Etwas raschelte, ein leises Säuseln kam aus Richtung der
Ruine und ließ Elnas Herz schneller schlagen. „Erkennst Du was?“, fragte sie
und wünschte sich einmal mehr, im Dunkel ebenso gut sehen zu können wie Syrin.
„Da passiert noch nichts“, grollte die Charr und ihre
riesige Pranke legte sich sachte auf Elnas Schulter. „Der Wind heult zwischen
den Mauern und verspottet mich.“ Ein nervös zuckender Puschelschwanz traf Elna
im Rücken und ließ sie einen Schritt vortaumeln.
„‘tschuldigung.“
„Schon gut.“ Seit Elna Syrin vor ein paar Monden
kennengelernt hatte, war die Charr so: ein nervöses Raubtier, immer
angespannt, immer kampfbereit, immer mit einem getriebenen Ausdruck in den
Augen. Dieser Blick erzählte davon, wie Syrin sich neue Verbündete unter den Menschen
suchen musste, da ihre eigenen Leute sie verachteten und vertrieben hatten. Unter
den Menschen sah es für Syrin indes nicht besser aus – die Felder der
Verwüstung trugen ihren Namen nicht ohne Grund und die Menschen dort hassten
die Charr. Alle bis auf Elna. Doch im Dorf sagte ihr ohnehin jeder nach, dass sie
sonderlich sei – und das war noch eine der nettesten Umschreibungen.
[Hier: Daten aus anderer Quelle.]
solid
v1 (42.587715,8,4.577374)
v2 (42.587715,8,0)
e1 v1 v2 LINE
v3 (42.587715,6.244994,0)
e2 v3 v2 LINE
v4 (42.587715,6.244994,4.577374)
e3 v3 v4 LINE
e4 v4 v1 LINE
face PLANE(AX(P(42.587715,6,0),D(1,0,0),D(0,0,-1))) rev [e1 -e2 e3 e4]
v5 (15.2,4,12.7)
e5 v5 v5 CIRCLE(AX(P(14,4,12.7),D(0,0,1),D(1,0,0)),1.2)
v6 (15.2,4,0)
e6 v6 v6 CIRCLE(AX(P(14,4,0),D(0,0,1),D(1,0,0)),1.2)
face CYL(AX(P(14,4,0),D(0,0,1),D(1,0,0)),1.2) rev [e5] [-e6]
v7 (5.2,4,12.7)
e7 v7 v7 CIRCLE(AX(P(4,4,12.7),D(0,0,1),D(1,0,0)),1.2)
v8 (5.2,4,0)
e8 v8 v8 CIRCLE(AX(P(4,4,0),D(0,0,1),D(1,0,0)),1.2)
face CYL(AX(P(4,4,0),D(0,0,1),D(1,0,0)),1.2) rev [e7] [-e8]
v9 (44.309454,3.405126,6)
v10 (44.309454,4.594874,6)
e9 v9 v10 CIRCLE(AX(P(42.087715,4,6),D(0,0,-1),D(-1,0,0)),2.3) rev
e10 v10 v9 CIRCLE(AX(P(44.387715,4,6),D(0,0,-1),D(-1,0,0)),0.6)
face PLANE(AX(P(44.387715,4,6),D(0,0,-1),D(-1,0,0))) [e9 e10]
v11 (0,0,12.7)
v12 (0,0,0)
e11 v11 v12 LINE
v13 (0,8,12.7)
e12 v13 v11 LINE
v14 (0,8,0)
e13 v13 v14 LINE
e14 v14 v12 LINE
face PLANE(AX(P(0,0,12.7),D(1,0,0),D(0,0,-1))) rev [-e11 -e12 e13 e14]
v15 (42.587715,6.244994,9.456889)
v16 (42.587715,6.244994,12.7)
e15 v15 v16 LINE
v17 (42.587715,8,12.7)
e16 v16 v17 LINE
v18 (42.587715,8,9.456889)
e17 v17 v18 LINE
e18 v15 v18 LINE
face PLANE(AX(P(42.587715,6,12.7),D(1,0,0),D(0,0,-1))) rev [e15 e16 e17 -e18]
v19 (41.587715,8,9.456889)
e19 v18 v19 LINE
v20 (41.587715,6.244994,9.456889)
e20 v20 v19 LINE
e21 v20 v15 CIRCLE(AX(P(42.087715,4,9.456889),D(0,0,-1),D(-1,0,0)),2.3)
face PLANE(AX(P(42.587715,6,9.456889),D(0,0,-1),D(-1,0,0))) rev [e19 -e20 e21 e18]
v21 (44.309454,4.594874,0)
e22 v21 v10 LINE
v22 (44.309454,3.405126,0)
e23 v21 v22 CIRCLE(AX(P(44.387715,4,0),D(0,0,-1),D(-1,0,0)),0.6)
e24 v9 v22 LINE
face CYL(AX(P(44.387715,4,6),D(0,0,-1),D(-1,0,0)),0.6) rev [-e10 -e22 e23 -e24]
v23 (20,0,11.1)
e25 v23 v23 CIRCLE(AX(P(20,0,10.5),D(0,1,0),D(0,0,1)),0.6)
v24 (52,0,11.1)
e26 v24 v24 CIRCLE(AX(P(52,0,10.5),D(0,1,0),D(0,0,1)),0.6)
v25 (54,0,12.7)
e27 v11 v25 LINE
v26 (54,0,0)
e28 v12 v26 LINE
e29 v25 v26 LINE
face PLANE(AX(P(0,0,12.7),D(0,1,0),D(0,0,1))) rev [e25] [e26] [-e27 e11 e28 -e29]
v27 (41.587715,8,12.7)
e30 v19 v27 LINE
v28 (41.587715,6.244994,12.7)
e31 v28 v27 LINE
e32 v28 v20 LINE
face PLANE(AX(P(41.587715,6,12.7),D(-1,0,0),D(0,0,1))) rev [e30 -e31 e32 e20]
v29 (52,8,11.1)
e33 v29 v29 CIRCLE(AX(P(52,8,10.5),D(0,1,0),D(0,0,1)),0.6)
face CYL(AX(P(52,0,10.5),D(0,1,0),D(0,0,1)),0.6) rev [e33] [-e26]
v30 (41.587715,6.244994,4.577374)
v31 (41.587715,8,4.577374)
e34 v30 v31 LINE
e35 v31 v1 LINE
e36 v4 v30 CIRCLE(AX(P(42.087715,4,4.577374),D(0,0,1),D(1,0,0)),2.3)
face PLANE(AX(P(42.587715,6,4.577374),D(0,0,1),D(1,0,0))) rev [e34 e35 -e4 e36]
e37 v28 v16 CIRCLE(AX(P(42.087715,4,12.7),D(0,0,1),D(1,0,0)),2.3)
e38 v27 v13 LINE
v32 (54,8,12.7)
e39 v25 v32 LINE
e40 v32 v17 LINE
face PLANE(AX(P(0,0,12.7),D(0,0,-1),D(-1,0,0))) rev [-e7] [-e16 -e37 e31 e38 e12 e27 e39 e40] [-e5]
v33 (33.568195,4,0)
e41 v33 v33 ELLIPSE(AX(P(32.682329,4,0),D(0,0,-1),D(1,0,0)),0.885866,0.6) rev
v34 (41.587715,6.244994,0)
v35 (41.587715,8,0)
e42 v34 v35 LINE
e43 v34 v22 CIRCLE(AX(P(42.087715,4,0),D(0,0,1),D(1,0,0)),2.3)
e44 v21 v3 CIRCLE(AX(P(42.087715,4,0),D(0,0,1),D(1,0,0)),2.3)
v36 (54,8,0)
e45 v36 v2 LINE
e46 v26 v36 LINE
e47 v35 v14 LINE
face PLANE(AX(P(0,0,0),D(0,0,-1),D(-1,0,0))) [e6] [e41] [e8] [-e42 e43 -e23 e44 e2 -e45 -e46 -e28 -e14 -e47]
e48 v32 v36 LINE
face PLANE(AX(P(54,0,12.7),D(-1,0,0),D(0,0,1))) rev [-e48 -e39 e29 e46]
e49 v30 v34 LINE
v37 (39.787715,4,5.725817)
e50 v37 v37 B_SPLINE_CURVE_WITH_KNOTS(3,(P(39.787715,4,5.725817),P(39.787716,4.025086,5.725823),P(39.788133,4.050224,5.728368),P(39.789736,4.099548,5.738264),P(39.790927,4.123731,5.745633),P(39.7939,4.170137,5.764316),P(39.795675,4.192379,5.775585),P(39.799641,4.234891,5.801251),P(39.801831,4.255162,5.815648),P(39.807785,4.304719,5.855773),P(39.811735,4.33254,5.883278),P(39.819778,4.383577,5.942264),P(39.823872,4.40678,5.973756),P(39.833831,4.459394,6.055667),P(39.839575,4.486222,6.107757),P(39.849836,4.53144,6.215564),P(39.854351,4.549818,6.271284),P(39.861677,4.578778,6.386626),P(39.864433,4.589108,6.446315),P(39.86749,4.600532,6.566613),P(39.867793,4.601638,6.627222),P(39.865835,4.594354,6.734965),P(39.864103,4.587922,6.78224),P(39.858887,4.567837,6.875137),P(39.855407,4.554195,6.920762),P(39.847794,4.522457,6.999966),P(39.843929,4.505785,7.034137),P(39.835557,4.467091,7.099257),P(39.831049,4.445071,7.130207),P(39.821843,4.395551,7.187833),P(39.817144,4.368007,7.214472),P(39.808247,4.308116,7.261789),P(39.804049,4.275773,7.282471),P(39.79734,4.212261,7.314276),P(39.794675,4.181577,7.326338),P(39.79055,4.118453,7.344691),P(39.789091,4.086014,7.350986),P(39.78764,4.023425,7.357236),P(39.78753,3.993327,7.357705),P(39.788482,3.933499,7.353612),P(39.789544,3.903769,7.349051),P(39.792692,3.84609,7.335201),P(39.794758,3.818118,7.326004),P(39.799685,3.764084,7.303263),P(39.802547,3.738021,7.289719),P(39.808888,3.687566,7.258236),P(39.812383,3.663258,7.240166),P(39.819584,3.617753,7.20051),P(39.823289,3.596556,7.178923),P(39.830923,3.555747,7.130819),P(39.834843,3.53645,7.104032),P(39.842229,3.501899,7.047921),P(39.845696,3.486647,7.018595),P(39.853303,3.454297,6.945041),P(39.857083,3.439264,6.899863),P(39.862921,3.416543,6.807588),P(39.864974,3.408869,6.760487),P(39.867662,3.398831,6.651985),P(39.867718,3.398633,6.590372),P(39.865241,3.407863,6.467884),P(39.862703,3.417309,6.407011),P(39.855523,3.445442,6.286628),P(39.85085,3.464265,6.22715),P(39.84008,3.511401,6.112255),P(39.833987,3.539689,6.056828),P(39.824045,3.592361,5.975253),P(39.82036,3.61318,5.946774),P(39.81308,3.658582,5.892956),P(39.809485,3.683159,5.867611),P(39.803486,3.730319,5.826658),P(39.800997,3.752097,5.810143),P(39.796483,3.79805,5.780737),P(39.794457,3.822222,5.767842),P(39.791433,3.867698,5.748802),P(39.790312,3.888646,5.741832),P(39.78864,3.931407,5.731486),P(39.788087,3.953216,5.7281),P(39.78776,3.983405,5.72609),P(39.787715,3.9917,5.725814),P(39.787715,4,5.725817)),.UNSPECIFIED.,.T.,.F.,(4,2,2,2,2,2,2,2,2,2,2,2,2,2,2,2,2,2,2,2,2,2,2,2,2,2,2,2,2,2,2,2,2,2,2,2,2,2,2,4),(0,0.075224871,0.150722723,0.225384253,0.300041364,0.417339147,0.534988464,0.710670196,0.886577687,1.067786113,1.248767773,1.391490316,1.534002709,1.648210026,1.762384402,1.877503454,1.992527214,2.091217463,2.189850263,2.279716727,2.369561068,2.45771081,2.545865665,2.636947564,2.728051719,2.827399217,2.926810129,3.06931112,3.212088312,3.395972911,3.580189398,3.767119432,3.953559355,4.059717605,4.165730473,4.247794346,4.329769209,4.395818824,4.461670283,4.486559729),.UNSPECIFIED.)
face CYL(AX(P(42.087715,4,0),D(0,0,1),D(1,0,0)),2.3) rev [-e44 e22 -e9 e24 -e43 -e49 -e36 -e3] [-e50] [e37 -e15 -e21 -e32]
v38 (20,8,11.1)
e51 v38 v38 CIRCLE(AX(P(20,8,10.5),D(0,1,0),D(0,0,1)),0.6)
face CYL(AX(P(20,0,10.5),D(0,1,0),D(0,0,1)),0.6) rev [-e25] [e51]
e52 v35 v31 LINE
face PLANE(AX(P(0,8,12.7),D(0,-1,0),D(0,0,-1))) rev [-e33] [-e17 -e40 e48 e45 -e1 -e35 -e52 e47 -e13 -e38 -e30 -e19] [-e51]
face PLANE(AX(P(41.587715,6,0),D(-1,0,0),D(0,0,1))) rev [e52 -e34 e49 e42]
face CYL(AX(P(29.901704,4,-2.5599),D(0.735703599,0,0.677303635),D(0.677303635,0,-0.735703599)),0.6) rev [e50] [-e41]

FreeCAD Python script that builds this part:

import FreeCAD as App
import Part
import Sketcher
from FreeCAD import Vector
Q = App.Units.Quantity

doc = App.newDocument("Part")
body = doc.addObject("PartDesign::Body", "Body")

# Sketch on XY plane
sketch1 = doc.addObject("Sketcher::SketchObject", "Sketch")
body.addObject(sketch1)
sketch1.AttachmentSupport = (doc.XY_Plane, [""])
sketch1.MapMode = "FlatFace"
sketch1.addGeometry([
    Part.LineSegment(Vector(0, 8, 0), Vector(0, 0, 0)),
    Part.LineSegment(Vector(0, 0, 0), Vector(54, 0, 0)),
    Part.LineSegment(Vector(54, 0, 0), Vector(54, 8, 0)),
    Part.LineSegment(Vector(54, 8, 0), Vector(0, 8, 0)),
], False)
sketch1.addConstraint([
    Sketcher.Constraint("Coincident", 0, 2, 1, 1),
    Sketcher.Constraint("Coincident", 1, 2, 2, 1),
    Sketcher.Constraint("Coincident", 2, 2, 3, 1),
    Sketcher.Constraint("Coincident", 3, 2, 0, 1),
    Sketcher.Constraint("Vertical", 0),
    Sketcher.Constraint("Horizontal", 1),
    Sketcher.Constraint("Vertical", 2),
    Sketcher.Constraint("Horizontal", 3),
    Sketcher.Constraint("Coincident", 0, 2, -1, 1),
    Sketcher.Constraint("DistanceX", 1, 1, 1, 2, Q("54 mm")),
    Sketcher.Constraint("DistanceY", 0, 2, 0, 1, Q("8 mm")),
])
pad1 = doc.addObject("PartDesign::Pad", "Pad")
body.addObject(pad1)
pad1.Profile = sketch1
pad1.Length = 12.7
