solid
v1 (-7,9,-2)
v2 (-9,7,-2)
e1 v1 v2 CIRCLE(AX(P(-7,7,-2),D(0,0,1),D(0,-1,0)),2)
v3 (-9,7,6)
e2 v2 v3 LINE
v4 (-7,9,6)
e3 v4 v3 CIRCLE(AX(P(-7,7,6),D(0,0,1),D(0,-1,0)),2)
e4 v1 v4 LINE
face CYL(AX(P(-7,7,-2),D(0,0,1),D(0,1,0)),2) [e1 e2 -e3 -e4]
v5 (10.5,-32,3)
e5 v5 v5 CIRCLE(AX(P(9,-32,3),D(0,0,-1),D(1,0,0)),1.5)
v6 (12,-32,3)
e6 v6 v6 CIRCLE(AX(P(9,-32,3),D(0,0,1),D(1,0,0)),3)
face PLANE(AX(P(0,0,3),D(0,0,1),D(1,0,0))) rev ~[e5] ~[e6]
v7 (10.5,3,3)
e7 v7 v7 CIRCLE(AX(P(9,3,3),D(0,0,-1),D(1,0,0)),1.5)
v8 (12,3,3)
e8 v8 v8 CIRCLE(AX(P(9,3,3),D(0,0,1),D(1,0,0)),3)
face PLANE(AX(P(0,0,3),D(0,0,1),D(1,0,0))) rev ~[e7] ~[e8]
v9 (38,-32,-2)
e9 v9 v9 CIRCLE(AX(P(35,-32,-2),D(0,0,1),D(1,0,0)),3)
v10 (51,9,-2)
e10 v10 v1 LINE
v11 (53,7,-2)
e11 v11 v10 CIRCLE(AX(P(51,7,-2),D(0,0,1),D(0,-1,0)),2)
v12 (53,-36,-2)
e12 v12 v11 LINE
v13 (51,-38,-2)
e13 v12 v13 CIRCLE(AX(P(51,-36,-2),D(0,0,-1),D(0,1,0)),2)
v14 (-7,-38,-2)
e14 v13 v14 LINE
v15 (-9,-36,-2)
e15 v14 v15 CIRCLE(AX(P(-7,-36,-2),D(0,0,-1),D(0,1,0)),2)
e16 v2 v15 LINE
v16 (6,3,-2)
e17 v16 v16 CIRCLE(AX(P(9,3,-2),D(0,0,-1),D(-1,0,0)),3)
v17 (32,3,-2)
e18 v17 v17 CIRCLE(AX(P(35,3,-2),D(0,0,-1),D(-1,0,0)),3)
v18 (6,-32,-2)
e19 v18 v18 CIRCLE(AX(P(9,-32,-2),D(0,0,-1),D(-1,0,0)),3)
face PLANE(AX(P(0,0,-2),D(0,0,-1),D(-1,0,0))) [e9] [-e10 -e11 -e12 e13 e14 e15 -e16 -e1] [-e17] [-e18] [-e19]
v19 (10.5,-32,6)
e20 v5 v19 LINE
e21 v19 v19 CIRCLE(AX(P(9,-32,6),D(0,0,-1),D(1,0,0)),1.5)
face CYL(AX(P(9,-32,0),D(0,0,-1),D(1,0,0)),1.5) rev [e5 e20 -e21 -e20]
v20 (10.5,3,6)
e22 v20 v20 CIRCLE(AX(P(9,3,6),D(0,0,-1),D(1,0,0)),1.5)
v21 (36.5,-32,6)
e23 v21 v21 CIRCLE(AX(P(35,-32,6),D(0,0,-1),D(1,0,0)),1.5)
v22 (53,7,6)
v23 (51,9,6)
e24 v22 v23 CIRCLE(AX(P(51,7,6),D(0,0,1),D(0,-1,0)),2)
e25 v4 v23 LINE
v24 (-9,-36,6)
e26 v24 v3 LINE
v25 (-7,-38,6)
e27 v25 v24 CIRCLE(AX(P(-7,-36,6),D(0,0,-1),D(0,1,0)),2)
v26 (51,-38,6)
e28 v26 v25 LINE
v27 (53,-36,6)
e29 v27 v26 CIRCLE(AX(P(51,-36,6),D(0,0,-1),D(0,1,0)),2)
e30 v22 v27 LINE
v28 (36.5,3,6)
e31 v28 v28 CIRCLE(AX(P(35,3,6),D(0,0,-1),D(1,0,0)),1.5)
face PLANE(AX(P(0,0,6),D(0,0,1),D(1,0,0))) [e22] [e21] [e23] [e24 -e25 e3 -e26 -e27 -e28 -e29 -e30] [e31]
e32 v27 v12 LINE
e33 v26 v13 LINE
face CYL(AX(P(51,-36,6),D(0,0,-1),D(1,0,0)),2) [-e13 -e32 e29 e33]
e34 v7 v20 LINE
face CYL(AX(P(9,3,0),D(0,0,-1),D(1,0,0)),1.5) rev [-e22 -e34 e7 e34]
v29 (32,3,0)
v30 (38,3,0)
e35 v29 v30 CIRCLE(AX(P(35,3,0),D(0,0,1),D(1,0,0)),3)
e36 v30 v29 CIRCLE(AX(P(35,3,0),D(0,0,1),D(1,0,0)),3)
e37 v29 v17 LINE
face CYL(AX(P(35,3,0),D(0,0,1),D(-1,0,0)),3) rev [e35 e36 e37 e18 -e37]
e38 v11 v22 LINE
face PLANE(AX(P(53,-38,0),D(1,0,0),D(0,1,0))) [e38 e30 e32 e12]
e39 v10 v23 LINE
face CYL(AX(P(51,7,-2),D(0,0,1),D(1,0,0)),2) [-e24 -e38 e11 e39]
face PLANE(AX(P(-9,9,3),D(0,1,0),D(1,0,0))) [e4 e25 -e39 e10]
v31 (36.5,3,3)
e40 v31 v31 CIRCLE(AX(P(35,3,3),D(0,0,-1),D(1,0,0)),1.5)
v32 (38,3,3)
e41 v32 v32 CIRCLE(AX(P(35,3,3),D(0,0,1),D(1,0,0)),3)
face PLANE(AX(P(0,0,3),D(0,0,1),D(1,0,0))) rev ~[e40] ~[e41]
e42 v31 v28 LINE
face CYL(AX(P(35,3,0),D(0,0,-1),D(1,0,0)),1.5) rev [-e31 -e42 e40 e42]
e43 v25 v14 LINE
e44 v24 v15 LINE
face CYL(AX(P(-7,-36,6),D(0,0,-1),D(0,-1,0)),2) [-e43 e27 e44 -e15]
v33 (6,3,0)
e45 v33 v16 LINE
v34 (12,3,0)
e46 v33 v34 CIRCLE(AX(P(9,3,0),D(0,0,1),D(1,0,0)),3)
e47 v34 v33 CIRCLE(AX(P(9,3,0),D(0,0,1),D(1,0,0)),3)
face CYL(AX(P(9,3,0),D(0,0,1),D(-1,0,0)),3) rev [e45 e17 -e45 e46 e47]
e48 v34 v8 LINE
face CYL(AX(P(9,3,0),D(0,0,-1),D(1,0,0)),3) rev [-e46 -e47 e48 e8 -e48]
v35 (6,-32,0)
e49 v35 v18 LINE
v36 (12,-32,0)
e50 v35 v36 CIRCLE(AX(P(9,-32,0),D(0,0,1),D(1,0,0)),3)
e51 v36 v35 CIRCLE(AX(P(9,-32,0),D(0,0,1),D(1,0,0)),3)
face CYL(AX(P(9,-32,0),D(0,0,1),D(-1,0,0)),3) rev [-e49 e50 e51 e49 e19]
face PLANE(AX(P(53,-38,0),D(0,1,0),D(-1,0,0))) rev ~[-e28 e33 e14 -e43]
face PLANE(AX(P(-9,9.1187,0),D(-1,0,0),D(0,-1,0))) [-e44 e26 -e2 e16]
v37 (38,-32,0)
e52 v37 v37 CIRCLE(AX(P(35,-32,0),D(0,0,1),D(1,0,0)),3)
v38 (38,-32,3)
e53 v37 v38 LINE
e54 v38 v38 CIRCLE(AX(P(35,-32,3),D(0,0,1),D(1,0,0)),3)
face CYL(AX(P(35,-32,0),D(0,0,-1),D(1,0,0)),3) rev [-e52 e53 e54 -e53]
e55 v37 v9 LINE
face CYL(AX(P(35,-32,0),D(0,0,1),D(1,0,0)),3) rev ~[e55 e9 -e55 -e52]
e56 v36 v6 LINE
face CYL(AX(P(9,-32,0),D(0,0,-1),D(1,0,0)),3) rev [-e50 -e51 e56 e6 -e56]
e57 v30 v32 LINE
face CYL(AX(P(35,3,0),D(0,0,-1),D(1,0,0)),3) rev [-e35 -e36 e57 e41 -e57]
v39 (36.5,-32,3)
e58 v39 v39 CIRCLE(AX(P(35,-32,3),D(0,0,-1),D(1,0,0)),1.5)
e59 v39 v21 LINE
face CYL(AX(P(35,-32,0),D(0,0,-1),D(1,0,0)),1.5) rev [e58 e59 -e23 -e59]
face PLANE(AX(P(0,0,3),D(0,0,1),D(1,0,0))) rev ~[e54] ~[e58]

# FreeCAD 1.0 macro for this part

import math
import FreeCAD as App
import Part
import Sketcher
Q = App.Units.Quantity


def edges_at(feature, points):
    """Names of the edges that pass closest to the given points."""
    edges = feature.Shape.Edges
    near = lambda p: min(range(len(edges)), key=lambda i: edges[i].distToShape(Part.Vertex(*p))[0])
    return sorted({f"Edge{near(p) + 1}" for p in points})


def add_polygon(sketch, points):
    """Adds a closed chain of lines whose ends are joined by coincident constraints."""
    first, n = sketch.GeometryCount, len(points)
    for a, b in zip(points, points[1:] + points[:1]):
        sketch.addGeometry(Part.LineSegment(App.Vector(*a, 0), App.Vector(*b, 0)), False)
    for i in range(n):
        sketch.addConstraint(Sketcher.Constraint("Coincident", first + i, 2, first + (i + 1) % n, 1))

doc = App.newDocument("Part")
body = doc.addObject("PartDesign::Body", "Body")
body.AllowCompound = True

# Sketch on XY plane
sketch1 = body.newObject("Sketcher::SketchObject", "Sketch")
sketch1.AttachmentSupport = (doc.getObject("XY_Plane"), [""])
sketch1.MapMode = "FlatFace"
add_polygon(sketch1, [(57, 13), (-13, 13), (-13, -42), (57, -42)])  # lines 0-3
sketch1.addGeometry(Part.Circle(App.Vector(9, -32, 0), App.Vector(0, 0, 1), 3), False)  # 4
sketch1.addGeometry(Part.Circle(App.Vector(35, -32, 0), App.Vector(0, 0, 1), 3), False)  # 5
sketch1.addGeometry(Part.Circle(App.Vector(9, 3, 0), App.Vector(0, 0, 1), 3), False)  # 6
sketch1.addGeometry(Part.Circle(App.Vector(35, 3, 0), App.Vector(0, 0, 1), 3), False)  # 7
sketch1.addConstraint([
    Sketcher.Constraint("Horizontal", 0),
    Sketcher.Constraint("Vertical", 1),
    Sketcher.Constraint("Horizontal", 2),
    Sketcher.Constraint("Vertical", 3),
    Sketcher.Constraint("Equal", 4, 5),
    Sketcher.Constraint("Equal", 5, 6),
    Sketcher.Constraint("Equal", 6, 7),
    Sketcher.Constraint("Horizontal", 4, 3, 5, 3),
    Sketcher.Constraint("Horizontal", 6, 3, 7, 3),
    Sketcher.Constraint("Vertical", 4, 3, 6, 3),
    Sketcher.Constraint("Vertical", 5, 3, 7, 3),
    Sketcher.Constraint("Diameter", 4, Q("6 mm")),
    Sketcher.Constraint("DistanceY", -1, 1, 6, 3, Q("3 mm")),
    Sketcher.Constraint("DistanceX", 0, 2, 0, 1, Q("70 mm")),
    Sketcher.Constraint("DistanceY", 1, 2, 1, 1, Q("55 mm")),
    Sketcher.Constraint("DistanceX", -1, 1, 4, 3, Q("9 mm")),
    Sketcher.Constraint("DistanceY", 4, 3, -1, 1, Q("32 mm")),
    Sketcher.Constraint("DistanceX", -1, 1, 5, 3, Q("35 mm")),
    Sketcher.Constraint("DistanceX", 0, 2, -1, 1, Q("13 mm")),
    Sketcher.Constraint("DistanceY", -1, 1, 0, 2, Q("13 mm")),
])
pad1 = body.newObject("PartDesign::Pad", "Pad")
pad1.Profile = sketch1
pad1.Length = 3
„Da!“, schnappte Syrins tiefe Stimme und in diesem Moment
klang sie so, als ob die große Tempeltür ins Schloss fallen würde. Elna schaute
zur Ruine und staunte. Mit offenem Mund blickte sie den sternensilbernen Nebel an, der – aus
dem Nirgendwo kommend – in die alte Festungsruine hineinfloss, als füllte er eine
unsichtbare Form aus, und so ein kleines Schloss in die Nacht hinein baute. Es war ganz anders als alles, was diese alten Mauern jemals in alter Zeit an
Gebäuden getragen hatten.
Augenscheinlich hatte Lexxiz recht gehabt mit all
seinen Formeln und Gerätschaften. Furcht ließ Elnas Herz klopfen, doch ebenso
staunte sie die perlgraue Erhabenheit des Lichtnebels an, der sich allmählich
weiter verdichtete und dabei langsam seinen Lichtschimmer verlor. Die Festung lag in den Schatten, bis sich die sich
versteinernde Fassade schließlich matt im Vollmondschein vom Berg dahinter abhob, als das
Himmelsgestirn seinen Weg hinter den tannengesäumten Gipfeln hervor fand.